The building is spread over 4 floors in the side forepart and 3 floors in the central part, with 52 rooms, 14 corridors and 2 stairwells; due to its size, which makes it unmistakable in the city landscape, the Tiravanti is also known in the city as the "Building". A conservative restoration project for the building, commissioned by the municipal administration, was financed by the Monte dei Paschi di Siena Foundation.

On 6 December 2014 it became the seat of the Frosinone Academy of Fine Arts, following a restoration funded by Banca Popolare del Cassinate. On 1 March 2015, the Maca, the Museum of Contemporary Art of the Academy of Fine Arts, opens inside.

==Archaeological sites==
=== Roman amphitheater ===
The ruins of a Roman amphitheater, built between the end of the 1st century and the beginning of the 2nd century, are at the foot of the hill on which the historic center of the city stands today, near the Cosa river. The hypothesis that there was an amphitheater in Frosinone had been formulated in the early nineteenth century by Giuseppe De Matthaeis, who in one of his historical essays dedicated to the city cites some medieval documents in which expressions such as "juxta amphitheatrum Frusinonis" and "cum amphitheatrum", but the exact site was identified only in 1965, during the excavation sites for the construction of some buildings, which were eventually built on top of it anyway. The part of the Roman monument left visible between the pillars of the building above can be visited today. A reconstructive model of the monument is on display in the Archaeological Museum of Frosinone.

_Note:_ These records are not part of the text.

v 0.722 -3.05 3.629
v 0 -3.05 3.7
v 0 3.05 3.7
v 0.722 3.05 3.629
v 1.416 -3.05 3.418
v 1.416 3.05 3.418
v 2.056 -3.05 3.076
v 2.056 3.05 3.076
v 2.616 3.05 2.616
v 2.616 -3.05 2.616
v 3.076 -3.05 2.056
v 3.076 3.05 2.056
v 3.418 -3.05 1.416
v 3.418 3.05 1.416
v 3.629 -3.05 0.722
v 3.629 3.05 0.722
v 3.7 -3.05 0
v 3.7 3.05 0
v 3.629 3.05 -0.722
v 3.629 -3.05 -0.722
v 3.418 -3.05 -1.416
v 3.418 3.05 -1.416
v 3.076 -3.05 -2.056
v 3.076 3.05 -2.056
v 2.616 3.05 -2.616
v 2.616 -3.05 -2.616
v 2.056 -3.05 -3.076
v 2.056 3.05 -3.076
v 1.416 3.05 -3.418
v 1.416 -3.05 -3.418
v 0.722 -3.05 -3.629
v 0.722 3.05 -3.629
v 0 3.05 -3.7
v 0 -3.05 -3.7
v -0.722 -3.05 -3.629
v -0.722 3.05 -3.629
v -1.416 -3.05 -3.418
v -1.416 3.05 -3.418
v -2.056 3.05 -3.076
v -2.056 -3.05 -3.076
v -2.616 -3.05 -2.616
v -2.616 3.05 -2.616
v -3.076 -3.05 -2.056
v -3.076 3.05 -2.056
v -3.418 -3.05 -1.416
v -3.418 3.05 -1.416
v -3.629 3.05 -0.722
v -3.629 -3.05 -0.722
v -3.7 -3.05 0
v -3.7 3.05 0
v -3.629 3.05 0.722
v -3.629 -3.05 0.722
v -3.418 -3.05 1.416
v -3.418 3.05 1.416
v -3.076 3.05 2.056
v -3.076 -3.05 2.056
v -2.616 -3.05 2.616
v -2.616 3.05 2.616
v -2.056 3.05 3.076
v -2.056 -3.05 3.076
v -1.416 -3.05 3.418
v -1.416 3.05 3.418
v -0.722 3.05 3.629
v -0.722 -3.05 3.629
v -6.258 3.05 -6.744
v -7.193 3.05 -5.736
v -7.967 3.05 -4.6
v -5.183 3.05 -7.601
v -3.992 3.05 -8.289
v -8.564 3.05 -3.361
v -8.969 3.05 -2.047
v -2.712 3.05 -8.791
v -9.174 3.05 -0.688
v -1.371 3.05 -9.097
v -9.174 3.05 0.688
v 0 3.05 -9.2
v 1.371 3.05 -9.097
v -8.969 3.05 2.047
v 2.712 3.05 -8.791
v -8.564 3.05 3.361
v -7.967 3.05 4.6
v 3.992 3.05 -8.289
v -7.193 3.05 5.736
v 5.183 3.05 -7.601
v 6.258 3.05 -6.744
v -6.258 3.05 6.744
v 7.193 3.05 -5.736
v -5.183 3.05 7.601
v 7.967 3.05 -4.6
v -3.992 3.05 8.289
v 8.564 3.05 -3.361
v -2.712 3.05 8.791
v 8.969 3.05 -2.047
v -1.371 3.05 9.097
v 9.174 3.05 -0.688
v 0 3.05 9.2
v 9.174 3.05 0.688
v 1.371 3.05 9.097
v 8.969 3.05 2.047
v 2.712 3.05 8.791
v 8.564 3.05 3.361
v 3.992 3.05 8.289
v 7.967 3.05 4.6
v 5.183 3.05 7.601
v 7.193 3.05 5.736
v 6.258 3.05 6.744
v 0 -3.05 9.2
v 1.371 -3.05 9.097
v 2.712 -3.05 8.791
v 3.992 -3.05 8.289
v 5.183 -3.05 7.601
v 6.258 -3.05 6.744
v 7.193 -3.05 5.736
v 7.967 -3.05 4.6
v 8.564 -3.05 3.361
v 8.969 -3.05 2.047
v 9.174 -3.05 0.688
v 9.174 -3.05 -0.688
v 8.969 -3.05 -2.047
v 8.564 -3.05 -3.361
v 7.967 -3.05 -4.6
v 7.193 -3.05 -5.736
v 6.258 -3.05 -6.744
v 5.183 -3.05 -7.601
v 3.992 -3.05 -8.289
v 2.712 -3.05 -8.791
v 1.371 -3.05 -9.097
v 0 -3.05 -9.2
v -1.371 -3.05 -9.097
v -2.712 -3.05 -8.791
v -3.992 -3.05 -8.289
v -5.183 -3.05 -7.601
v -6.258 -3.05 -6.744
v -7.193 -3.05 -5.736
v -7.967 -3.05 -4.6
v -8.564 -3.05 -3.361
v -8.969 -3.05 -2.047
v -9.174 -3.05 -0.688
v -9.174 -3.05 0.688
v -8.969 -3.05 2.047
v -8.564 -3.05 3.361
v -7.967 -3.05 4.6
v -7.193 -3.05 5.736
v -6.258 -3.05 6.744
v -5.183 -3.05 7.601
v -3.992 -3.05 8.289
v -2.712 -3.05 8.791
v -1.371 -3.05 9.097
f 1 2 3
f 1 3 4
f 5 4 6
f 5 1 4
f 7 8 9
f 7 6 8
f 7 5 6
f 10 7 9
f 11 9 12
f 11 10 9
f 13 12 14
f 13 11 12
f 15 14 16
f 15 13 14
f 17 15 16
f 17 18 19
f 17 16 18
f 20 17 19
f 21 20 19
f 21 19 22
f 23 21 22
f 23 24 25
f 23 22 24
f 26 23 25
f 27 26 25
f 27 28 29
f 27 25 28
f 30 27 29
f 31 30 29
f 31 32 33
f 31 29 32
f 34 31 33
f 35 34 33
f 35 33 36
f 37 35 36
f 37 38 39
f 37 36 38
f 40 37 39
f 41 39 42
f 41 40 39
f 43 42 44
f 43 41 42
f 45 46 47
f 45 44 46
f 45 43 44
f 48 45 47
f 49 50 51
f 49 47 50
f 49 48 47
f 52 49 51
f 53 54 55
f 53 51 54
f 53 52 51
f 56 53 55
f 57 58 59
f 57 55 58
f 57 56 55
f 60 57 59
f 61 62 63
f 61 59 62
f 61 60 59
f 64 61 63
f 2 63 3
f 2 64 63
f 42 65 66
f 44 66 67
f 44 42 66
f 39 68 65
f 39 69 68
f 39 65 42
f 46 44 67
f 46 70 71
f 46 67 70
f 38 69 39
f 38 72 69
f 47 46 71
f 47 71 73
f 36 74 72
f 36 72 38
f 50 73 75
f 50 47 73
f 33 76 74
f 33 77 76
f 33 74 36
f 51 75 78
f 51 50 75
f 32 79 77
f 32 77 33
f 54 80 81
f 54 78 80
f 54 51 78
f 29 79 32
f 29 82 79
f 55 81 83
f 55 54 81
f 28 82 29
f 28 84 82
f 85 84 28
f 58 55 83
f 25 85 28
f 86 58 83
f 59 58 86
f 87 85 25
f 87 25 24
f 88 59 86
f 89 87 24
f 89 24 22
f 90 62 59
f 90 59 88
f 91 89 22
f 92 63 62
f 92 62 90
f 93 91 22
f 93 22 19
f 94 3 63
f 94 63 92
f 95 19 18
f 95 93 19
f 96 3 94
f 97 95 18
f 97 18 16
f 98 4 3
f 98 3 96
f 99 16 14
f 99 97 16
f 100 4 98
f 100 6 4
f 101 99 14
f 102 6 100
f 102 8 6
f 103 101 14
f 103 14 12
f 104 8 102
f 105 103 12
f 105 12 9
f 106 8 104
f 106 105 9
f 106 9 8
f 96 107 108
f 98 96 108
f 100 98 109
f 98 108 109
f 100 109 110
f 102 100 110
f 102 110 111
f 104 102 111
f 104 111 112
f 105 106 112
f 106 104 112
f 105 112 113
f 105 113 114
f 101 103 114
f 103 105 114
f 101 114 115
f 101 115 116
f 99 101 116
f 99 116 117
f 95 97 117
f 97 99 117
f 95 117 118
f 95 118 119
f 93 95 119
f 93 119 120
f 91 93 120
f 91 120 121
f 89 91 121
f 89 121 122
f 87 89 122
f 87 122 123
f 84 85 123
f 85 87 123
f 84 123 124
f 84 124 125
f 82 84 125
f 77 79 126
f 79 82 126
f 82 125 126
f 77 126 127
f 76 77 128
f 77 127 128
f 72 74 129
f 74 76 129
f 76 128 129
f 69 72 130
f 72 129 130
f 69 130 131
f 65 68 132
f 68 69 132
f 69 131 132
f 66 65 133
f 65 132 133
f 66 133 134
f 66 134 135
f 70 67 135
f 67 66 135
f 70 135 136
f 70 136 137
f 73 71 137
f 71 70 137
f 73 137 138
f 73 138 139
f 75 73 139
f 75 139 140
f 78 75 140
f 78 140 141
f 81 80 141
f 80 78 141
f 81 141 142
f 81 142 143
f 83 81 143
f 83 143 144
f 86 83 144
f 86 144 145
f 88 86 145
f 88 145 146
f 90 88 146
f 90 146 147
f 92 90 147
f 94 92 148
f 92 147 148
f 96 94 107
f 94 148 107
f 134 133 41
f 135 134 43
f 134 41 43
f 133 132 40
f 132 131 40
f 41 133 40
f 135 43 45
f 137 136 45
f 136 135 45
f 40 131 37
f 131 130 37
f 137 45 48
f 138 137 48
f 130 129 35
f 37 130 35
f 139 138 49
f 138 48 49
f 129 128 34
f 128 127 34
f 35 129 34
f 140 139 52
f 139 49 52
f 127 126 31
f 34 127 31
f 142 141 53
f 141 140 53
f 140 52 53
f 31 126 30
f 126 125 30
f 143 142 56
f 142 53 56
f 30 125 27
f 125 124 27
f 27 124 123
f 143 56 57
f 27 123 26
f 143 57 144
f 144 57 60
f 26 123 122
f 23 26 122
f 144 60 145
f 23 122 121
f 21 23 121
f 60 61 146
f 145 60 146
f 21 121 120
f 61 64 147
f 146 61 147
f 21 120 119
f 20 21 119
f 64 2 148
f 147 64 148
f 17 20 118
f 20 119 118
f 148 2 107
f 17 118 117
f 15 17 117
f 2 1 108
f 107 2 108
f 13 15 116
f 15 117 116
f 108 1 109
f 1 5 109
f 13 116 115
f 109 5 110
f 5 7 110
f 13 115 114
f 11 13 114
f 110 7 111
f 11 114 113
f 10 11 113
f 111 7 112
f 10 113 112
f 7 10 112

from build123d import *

# Parameters (mm, degrees)
SKETCH1_R               = 9.5
SKETCH1_R_2             = 3.45
BOSS_EXTRUDE1_DEPTH     = 3.05
CUT_EXTRUDE1_DEPTH      = 15.754999153
CUT_EXTRUDE1_DEPTH_BACK = 15.754999153
SKETCH2_R               = 9.5
SKETCH2_R_2             = 9.2
CUT_EXTRUDE2_DEPTH      = 15.369759914
CUT_EXTRUDE2_DEPTH_BACK = 15.369759914
SKETCH3_R               = 3.7


with BuildPart() as part:
    # Sketch1 → Boss-Extrude1 (new, symmetric)
    with BuildSketch(Plane(origin=(0, 0, 0), x_dir=(1, 0, 0), z_dir=(0, 1, 0))):
        with Locations(Location((0, 0, 0), (0, 0, 270))):
            Circle(SKETCH1_R)
        with Locations(Location((0, 0, 0), (0, 0, 270))):
            Circle(SKETCH1_R_2, mode=Mode.SUBTRACT)
    extrude(amount=BOSS_EXTRUDE1_DEPTH, both=True)

    # Sketch2 → Cut-Extrude1 (cut, two sides: drawn at the far end of the back side and taken through both)
    with BuildSketch(Plane(origin=(0, 3.05, 0), x_dir=(1, 0, 0), z_dir=(0, 1, 0)).offset(-CUT_EXTRUDE1_DEPTH_BACK)):
        Circle(SKETCH2_R)
        with Locations(Location((0, 0, 0), (0, 0, 270))):
            Circle(SKETCH2_R_2, mode=Mode.SUBTRACT)
    extrude(amount=CUT_EXTRUDE1_DEPTH + CUT_EXTRUDE1_DEPTH_BACK, mode=Mode.SUBTRACT)

    # Sketch3 → Cut-Extrude2 (cut, two sides: drawn at the far end of the back side and taken through both)
    with BuildSketch(Plane(origin=(0, 3.05, 0), x_dir=(1, 0, 0), z_dir=(0, 1, 0)).offset(-CUT_EXTRUDE2_DEPTH_BACK)):
        with Locations(Location((0, 0, 0), (0, 0, 270))):
            Circle(SKETCH3_R)
    extrude(amount=CUT_EXTRUDE2_DEPTH + CUT_EXTRUDE2_DEPTH_BACK, mode=Mode.SUBTRACT)


solid = part.part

The building, with an elliptical plan, had the main entrances to the arena at the ends of its major axis of about 80 m, which is presumed to have had a single order of steps, eventually holding about 2000 spectators. In the vicinity of this archaeological site it is possible to visit the locality Ponte della Fontana where you can admire the ancient bridge and the fountain from which the name of the area derives. Next to the ancient bridge of the fountain there is a more modern bridge inaugurated in 1870, which still today provides access to one of the main roads leading to the upper part of the city.

==Culture==
Frosinone Calcio is a professional football team based that plays at the Stadio Benito Stirpe in Frosinone. The 2018–19 season was the team's second season in Serie A, the highest level of professional football in Italy.

==Government==

===Twin towns===
- USA Elmwood Park (Illinois), since 1996: the twinning was born due to the strong presence of Ciociari immigrants in the American town.
- CAN Tecumseh, since 2009: the initiative was born from the proclamation, by the Ciociaro Club of Windsor, of the city of Frosinone as "Municipality of the Year 2009". Tecumseh, a town bordering Windsor, recognized the important role Italians played in their own development. In particular, it was recognized what was done by the Frosinone immigrants who have given, since their arrival, a strong contribution to the construction of the productive-economic apparatus, both in manufacturing and in agricultural production.
- ITA Nocera Umbra, since 2009: the twinning was born following the tragic events of September 1997, when the city of Nocera Umbra was hit by the earthquake. A team of Fire Brigade from Frosinone brought first aid, in particular, in Colle di Nocera. Subsequently, the Colle Cottorino Committee of Frosinone, made contact with the Pro Loco of Nocera Umbra, decided to bring a small gift to each of the 110 children of the elementary schools of Colle di Nocera Umbra. Since then a close bond of friendship and solidarity has been established between the two communities and the initial twinning between the two hamlets has extended to the municipal level.
- ITA Ponza, since 2010: the twinning was born from the common veneration for the patron saint.